In the records below, find the line with "#93=ORIENTED_EDGE('',*,*,#61,.T.);" and the line with "A parametric FreeCAD". Print both exactly, along with every line between them, and no other line.

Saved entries
⁂

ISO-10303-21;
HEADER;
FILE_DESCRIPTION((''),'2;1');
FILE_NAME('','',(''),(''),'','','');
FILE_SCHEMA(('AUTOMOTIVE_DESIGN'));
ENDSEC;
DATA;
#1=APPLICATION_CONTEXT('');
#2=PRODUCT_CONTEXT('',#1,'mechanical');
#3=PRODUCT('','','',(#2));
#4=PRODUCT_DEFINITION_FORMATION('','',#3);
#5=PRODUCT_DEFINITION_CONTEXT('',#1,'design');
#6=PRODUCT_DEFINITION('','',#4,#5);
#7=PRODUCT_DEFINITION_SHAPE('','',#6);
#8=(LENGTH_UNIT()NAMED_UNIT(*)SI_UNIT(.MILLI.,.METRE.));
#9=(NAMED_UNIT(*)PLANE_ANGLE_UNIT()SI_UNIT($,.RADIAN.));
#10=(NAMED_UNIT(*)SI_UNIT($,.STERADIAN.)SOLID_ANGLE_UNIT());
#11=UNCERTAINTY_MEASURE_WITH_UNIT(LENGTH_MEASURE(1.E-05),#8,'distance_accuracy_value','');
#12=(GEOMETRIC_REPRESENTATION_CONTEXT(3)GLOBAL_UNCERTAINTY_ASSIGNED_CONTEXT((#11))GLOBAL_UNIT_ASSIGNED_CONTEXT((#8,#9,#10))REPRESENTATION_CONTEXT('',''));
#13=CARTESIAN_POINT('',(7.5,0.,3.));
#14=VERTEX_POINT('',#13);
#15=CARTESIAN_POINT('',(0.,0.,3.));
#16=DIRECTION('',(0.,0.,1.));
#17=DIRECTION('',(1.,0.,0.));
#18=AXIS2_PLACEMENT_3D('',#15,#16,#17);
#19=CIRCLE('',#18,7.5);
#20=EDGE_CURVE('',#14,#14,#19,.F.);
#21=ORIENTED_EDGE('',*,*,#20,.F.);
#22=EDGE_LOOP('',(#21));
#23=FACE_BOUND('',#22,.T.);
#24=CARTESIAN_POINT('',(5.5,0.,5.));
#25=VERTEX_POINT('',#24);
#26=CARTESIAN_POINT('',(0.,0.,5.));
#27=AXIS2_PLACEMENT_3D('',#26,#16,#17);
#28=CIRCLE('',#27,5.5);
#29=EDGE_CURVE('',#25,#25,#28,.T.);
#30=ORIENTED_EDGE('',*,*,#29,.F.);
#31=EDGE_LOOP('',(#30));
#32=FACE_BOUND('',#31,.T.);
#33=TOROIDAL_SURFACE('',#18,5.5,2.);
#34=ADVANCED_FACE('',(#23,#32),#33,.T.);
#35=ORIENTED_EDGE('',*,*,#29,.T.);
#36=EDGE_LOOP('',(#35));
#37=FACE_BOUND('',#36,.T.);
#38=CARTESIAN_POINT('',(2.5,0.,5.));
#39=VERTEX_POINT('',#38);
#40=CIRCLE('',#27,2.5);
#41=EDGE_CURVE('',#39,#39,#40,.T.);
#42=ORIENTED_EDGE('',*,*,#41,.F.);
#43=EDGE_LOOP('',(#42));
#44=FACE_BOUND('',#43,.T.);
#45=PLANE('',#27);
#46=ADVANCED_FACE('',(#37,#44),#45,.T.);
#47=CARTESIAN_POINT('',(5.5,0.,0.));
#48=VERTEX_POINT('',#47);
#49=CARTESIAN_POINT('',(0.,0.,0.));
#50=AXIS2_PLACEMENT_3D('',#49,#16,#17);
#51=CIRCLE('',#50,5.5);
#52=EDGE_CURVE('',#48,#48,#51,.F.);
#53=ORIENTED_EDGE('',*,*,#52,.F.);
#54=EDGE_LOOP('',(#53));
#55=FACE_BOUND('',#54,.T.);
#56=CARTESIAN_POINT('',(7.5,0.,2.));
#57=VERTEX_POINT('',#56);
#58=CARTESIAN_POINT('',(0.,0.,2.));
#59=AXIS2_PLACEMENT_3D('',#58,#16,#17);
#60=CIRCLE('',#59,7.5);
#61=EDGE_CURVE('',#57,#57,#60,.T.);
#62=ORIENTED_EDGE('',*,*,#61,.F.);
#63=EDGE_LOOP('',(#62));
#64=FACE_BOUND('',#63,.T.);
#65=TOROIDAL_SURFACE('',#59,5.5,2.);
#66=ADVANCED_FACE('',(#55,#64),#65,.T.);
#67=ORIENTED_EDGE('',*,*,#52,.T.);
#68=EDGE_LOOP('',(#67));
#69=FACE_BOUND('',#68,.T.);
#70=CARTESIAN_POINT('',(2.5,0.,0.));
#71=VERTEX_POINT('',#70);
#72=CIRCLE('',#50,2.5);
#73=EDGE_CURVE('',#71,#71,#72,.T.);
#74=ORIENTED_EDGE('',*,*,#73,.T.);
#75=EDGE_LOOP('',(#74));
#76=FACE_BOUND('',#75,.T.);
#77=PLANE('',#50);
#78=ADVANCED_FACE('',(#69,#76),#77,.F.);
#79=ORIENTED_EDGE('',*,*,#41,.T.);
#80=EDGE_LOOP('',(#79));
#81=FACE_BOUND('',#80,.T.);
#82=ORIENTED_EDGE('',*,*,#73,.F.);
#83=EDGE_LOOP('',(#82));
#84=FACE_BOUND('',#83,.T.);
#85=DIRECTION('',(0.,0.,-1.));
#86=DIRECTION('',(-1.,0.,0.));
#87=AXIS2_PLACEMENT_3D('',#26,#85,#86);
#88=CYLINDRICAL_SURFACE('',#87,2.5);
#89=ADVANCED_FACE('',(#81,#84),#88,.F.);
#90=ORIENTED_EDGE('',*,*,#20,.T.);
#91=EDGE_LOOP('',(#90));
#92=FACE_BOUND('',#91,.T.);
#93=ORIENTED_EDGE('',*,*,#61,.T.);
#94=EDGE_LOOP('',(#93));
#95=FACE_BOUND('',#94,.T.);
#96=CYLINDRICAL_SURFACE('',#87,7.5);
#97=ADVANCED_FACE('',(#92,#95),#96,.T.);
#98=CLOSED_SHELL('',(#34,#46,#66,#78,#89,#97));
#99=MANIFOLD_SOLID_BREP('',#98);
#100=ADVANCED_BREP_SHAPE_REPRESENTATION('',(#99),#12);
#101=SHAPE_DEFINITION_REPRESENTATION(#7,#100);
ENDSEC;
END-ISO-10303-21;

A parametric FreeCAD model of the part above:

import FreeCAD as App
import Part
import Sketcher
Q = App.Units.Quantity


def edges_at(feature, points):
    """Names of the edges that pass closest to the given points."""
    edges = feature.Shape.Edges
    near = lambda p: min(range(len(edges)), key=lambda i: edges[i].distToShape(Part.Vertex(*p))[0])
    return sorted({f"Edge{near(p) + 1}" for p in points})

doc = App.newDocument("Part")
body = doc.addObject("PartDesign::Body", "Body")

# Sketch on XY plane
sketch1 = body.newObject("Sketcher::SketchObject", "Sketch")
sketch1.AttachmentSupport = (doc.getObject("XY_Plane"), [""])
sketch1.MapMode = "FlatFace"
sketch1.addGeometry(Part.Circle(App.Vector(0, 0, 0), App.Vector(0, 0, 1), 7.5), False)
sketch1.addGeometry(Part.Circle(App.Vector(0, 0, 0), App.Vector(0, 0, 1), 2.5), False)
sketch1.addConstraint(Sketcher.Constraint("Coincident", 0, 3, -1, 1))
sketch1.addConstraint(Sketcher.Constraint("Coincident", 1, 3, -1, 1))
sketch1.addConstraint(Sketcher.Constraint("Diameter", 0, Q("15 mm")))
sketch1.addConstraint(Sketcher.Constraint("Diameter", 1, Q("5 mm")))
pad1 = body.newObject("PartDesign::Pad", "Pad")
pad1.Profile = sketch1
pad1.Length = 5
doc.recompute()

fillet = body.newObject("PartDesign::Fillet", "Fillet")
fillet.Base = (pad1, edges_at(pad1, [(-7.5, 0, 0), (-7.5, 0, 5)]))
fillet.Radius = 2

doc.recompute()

⁂

§ Answer to the problem
#93=ORIENTED_EDGE('',*,*,#61,.T.);
#94=EDGE_LOOP('',(#93));
#95=FACE_BOUND('',#94,.T.);
#96=CYLINDRICAL_SURFACE('',#87,7.5);
#97=ADVANCED_FACE('',(#92,#95),#96,.T.);
#98=CLOSED_SHELL('',(#34,#46,#66,#78,#89,#97));
#99=MANIFOLD_SOLID_BREP('',#98);
#100=ADVANCED_BREP_SHAPE_REPRESENTATION('',(#99),#12);
#101=SHAPE_DEFINITION_REPRESENTATION(#7,#100);
ENDSEC;
END-ISO-10303-21;

A parametric FreeCAD model of the part above:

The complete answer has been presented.